I was the only white guy there, they knew I was from Vegas, figured I was there until trial like so many Mafia guys do in Philly when they get busted. Looks better to show up employed after selling a fed 60 keys of meth....

I entertained my muslim brothas when they visited in AC or Vegas as once they got to know me, I even went into the Badlands (great society part of Philly) and attended the monthly meetings, was treated respectfully.
So there again a brown skinned white racist POV from the false "Race War" and "War On Women", drugs, poverty, etal...

Alright I wasn't going to do this, but they called me Viva....aka the Elvis movie I suppose. And I was told to come up with a rap or I couldn't hang in the trailer for lunch with the BA, Steward and GFs.

So here we go............

Straight out Nevada, 
a mutha' Ph...er called Viva,
I f..k the bitches in the band called Diva,
When Im called on,
I got a sawed off.
I pull the trigger mutha ph....rs will be hauled off...
You too boy if you f..k with me, 
the Police are gonna have to come and git me,
Take my hoes it doesn't matter as o Viva climbs the ladder,
and my roll will just get fatter....tih tih tih tih tih...............straight out Nevada....

Boov-Boov tssh...Boov-Boov tsss.......


----------



## Nick Batzdorf (Apr 7, 2015)

> Math isn't my favorite subject so I use a calculator.
> It tells me that the 1.2 trillion just in 2011 would have been 990,000 USD per recipient of all of the social programs combined.



You really believe that? A million dollars per recipient of "social programs" in 2011?


----------



## Nick Batzdorf (Apr 7, 2015)

> Rahm Emanuel who wasn't even a legal resident when he won the last election



Without saying he's good or bad (I think both), do you really believe that? He works as White House Chief of Staff for 1-1/2 years and he should lose his home residency?

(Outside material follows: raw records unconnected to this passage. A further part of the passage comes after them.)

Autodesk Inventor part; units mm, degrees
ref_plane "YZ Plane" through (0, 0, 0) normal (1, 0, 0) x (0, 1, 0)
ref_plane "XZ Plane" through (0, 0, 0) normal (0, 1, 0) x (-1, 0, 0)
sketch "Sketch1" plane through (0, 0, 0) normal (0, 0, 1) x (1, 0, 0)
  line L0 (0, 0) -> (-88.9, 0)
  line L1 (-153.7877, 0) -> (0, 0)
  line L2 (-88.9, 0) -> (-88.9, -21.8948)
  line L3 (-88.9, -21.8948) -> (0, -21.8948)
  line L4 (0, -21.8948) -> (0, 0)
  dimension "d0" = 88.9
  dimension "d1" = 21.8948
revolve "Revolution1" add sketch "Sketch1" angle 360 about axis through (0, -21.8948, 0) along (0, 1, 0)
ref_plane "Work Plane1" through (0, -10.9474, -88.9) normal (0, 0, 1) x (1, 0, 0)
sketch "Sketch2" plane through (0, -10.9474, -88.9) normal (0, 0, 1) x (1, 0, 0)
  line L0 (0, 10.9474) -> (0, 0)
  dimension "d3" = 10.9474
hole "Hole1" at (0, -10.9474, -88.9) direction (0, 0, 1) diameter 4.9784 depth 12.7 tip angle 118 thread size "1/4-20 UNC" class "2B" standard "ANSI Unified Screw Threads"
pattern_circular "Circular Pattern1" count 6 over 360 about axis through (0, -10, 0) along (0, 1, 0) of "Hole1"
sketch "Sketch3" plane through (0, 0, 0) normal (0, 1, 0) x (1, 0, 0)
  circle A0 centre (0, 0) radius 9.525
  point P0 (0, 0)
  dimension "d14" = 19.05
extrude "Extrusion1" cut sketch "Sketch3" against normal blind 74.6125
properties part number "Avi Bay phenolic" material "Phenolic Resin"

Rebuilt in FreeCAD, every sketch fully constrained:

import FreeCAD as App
import Part
import Sketcher
from FreeCAD import Vector
Q = App.Units.Quantity


def add_polygon(sketch, points):
    """Adds a closed chain of lines whose ends are joined by coincident constraints."""
    first, n = sketch.GeometryCount, len(points)
    for a, b in zip(points, points[1:] + points[:1]):
        sketch.addGeometry(Part.LineSegment(App.Vector(*a, 0), App.Vector(*b, 0)), False)
    for i in range(n):
        sketch.addConstraint(Sketcher.Constraint("Coincident", first + i, 2, first + (i + 1) % n, 1))

doc = App.newDocument("Part")
body = doc.addObject("PartDesign::Body", "Body")

sketch1 = doc.addObject("Sketcher::SketchObject", "Sketch")
body.addObject(sketch1)
sketch1.AttachmentSupport = (doc.XY_Plane, [""])
sketch1.MapMode = "FlatFace"
add_polygon(sketch1, [(0, -21.8948), (0, 0), (-88.9, 0), (-88.9, -21.8948)])
sketch1.addConstraint([
    Sketcher.Constraint("Vertical", 0),
    Sketcher.Constraint("Horizontal", 1),
    Sketcher.Constraint("Vertical", 2),
    Sketcher.Constraint("Horizontal", 3),
    Sketcher.Constraint("Coincident", 0, 2, -1, 1),
    Sketcher.Constraint("DistanceX", 1, 2, 1, 1, Q("3.5 in")),
    Sketcher.Constraint("DistanceY", 0, 1, 0, 2, Q("0.862 in")),
])
revolution = doc.addObject("PartDesign::Revolution", "Revolution")
body.addObject(revolution)
revolution.Profile = sketch1
revolution.ReferenceAxis = (sketch1, ["V_Axis"])
revolution.Angle = 360

sketch2 = doc.addObject("Sketcher::SketchObject", "Sketch001")
body.addObject(sketch2)
sketch2.AttachmentSupport = (doc.XY_Plane, [""])
sketch2.MapMode = "FlatFace"
sketch2.AttachmentOffset = App.Placement(Vector(0, 0, -3.5 * 25.4), App.Rotation())
sketch2.addGeometry(Part.Circle(Vector(0, -10.9474, 0), Vector(0, 0, 1), 2.4892), False)
sketch2.addConstraint([
    Sketcher.Constraint("PointOnObject", 0, 3, -2),
    Sketcher.Constraint("Diameter", 0, Q("0.196 in")),
    Sketcher.Constraint("DistanceY", 0, 3, -1, 1, Q("0.431 in")),
])
doc.recompute()
hole = doc.addObject("PartDesign::Hole", "Hole")
body.addObject(hole)
hole.Profile = sketch2
hole.ThreadType = "None"
hole.Diameter = Q("0.196 in")
hole.DepthType = "Dimension"
hole.Depth = Q("0.5 in")
hole.DrillPoint = "Angled"
hole.DrillPointAngle = 118
hole.Reversed = True
doc.recompute()

polarpattern = doc.addObject("PartDesign::PolarPattern", "PolarPattern")
body.addObject(polarpattern)
polarpattern.Originals = [hole]
polarpattern.Axis = (doc.Y_Axis, [""])
polarpattern.Angle = 360
polarpattern.Occurrences = 6
body.Tip = polarpattern

sketch3 = doc.addObject("Sketcher::SketchObject", "Sketch002")
body.addObject(sketch3)
sketch3.AttachmentSupport = (doc.XZ_Plane, [""])
sketch3.MapMode = "FlatFace"
sketch3.addGeometry(Part.Circle(Vector(0, 0, 0), Vector(0, 0, 1), 9.525), False)
sketch3.addConstraint([
    Sketcher.Constraint("Coincident", 0, 3, -1, 1),
    Sketcher.Constraint("Diameter", 0, Q("0.75 in")),
])
pocket1 = doc.addObject("PartDesign::Pocket", "Pocket")
body.addObject(pocket1)
pocket1.Profile = sketch3
pocket1.Length = Q("2.9375 in")
pocket1.Reversed = True

doc.recompute()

By all accounts he didn't even really want the gig, because he didn't want to leave his children! But Obama wanted him, so he relented.


----------



## Nick Batzdorf (Apr 7, 2015)

> "we" needs to be a very large tent.



And one that I don't want to be in, any more than I want to be in the freaking Republican "large tent" (the only other way I've heard that expression used).


----------



## Dave Connor (Apr 7, 2015)

One get's hopeful when Jordan stands up and says they will fight. Then it tapers off and you don't hear of major ground offenses and the like. Then you get hopeful again when Saudia Arabia rises up against the atrocities and Iranian influence in Yemen with air power and then hopefully ground action. Again it just seems to evaporate. Turkey stands by and does nothing while Syrian towns are assaulted by ISIS.

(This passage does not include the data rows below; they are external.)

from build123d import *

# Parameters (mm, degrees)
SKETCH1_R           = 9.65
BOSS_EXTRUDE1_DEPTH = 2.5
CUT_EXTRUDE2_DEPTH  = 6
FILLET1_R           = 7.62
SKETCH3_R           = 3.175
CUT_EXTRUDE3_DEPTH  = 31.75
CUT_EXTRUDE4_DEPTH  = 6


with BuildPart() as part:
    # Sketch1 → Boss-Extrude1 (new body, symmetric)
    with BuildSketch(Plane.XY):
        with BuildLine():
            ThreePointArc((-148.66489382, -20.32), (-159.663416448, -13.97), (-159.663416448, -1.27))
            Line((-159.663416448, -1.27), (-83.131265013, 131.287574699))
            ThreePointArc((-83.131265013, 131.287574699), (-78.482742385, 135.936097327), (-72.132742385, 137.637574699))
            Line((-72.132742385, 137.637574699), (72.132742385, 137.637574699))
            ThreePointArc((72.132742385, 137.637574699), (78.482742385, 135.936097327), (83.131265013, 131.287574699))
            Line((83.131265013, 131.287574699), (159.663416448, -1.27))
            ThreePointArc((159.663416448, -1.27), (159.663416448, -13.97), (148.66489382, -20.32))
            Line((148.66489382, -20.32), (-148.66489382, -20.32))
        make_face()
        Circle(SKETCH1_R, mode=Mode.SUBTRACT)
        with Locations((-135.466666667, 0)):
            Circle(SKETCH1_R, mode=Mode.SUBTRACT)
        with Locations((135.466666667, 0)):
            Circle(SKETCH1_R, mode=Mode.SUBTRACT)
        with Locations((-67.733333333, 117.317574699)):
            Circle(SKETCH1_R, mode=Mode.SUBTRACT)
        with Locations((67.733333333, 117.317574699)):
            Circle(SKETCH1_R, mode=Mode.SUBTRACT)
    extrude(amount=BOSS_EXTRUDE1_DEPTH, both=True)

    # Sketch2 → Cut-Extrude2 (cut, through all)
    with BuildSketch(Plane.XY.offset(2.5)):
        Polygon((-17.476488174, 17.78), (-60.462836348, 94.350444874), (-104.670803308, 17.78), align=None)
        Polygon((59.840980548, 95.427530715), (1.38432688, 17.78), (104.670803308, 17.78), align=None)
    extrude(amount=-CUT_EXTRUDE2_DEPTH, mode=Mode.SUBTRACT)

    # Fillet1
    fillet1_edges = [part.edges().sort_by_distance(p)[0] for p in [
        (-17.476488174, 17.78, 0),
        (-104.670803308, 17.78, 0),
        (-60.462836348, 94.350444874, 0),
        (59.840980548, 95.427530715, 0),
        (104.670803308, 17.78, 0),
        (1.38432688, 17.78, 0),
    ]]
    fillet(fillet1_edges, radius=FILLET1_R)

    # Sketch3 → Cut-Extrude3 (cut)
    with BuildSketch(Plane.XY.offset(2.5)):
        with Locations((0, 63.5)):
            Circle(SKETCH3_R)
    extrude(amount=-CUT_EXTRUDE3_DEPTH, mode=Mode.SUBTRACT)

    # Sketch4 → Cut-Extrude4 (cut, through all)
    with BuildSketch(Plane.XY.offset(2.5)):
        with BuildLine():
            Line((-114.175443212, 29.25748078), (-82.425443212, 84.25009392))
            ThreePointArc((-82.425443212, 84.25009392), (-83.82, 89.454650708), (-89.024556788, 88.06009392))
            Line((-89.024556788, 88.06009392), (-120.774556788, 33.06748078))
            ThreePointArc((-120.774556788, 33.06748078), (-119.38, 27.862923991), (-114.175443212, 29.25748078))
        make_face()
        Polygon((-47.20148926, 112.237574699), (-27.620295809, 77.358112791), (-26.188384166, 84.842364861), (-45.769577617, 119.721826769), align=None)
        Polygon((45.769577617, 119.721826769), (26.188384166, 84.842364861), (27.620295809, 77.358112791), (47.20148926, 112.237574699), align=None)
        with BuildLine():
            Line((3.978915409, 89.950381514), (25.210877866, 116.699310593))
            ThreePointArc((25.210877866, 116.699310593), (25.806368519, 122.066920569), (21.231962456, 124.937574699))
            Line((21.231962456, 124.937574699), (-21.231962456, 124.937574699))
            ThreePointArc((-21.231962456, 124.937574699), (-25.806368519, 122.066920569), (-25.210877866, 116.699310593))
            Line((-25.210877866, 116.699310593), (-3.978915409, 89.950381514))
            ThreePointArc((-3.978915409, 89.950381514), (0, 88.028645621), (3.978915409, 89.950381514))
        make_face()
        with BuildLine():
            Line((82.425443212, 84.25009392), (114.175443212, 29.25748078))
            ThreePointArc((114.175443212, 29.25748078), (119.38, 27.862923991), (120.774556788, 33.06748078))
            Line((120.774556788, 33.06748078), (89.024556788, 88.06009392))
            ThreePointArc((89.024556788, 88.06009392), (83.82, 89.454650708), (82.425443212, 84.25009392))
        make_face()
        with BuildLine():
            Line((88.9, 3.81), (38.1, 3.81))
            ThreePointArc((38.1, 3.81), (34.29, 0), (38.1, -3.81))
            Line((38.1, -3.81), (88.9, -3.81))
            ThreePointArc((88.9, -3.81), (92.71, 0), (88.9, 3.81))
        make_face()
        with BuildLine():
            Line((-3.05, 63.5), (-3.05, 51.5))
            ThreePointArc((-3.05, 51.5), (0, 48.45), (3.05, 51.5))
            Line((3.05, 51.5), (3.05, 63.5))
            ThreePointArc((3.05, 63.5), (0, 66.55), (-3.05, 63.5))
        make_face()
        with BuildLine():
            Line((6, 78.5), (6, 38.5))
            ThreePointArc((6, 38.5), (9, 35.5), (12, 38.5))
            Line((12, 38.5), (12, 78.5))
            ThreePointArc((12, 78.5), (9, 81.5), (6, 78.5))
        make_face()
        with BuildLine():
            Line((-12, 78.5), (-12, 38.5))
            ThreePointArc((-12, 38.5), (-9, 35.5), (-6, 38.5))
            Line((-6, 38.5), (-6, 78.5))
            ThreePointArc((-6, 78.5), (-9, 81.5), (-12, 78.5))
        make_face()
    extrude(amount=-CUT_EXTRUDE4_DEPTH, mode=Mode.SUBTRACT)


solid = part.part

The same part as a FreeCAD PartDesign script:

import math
import FreeCAD as App
import Part
import Sketcher
from FreeCAD import Vector
Q = App.Units.Quantity


def edges_at(feature, points):
    """Names of the edges that pass closest to the given points."""
    edges = feature.Shape.Edges
    near = lambda p: min(range(len(edges)), key=lambda i: edges[i].distToShape(Part.Vertex(*p))[0])
    return sorted({f"Edge{near(p) + 1}" for p in points})


def add_polygon(sketch, points):
    """Adds a closed chain of lines whose ends are joined by coincident constraints."""
    first, n = sketch.GeometryCount, len(points)
    for a, b in zip(points, points[1:] + points[:1]):
        sketch.addGeometry(Part.LineSegment(App.Vector(*a, 0), App.Vector(*b, 0)), False)
    for i in range(n):
        sketch.addConstraint(Sketcher.Constraint("Coincident", first + i, 2, first + (i + 1) % n, 1))

doc = App.newDocument("Part")
body = doc.addObject("PartDesign::Body", "Body")

# Sketch on XY plane
sketch1 = body.newObject("Sketcher::SketchObject", "Sketch")
sketch1.AttachmentSupport = (doc.getObject("XY_Plane"), [""])
sketch1.MapMode = "FlatFace"
sketch1.addGeometry([
    Part.ArcOfCircle(Part.Circle(Vector(-149, -8, 0), Vector(0, 0, 1), 13), math.radians(150), math.radians(270)),  # 0
    Part.LineSegment(Vector(-149, -20, 0), Vector(149, -20, 0)),  # 1
    Part.ArcOfCircle(Part.Circle(Vector(149, -8, 0), Vector(0, 0, 1), 13), math.radians(-90), math.radians(30)),  # 2
    Part.LineSegment(Vector(160, -1, 0), Vector(83, 131, 0)),  # 3
    Part.ArcOfCircle(Part.Circle(Vector(72, 125, 0), Vector(0, 0, 1), 13), math.radians(30), math.radians(90)),  # 4
    Part.LineSegment(Vector(72, 138, 0), Vector(-72, 138, 0)),  # 5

The Obama doctrine is to in fact, encourage these people to rise up and clean up their own back yards. I was starting to think it was going to work and we would all be thrilled if it did. But our two hundred year old democracy based upon individual rights, religious freedom and tolerance just doesn't engender ancient tribal hatreds where slaughtering your enemy or letting him be slaughtered is a type of norm. So it's incomprehensible to us what's going on over there. Our role in both world wars was to step in and pull ancient enemies apart at the cost of American blood and treasure. We didn't want to get involved in those fights and we don't want to get into this mess. But as people like Larry are saying, how much butchery and bloodshed is going to go on? There is full blown genocide going on over there and nobody is doing anything about it. Very little anyway. A volunteer US army? I honestly don't know but the U.S. role of watching over the world seems to be because of the vacuum that occurs when we don't.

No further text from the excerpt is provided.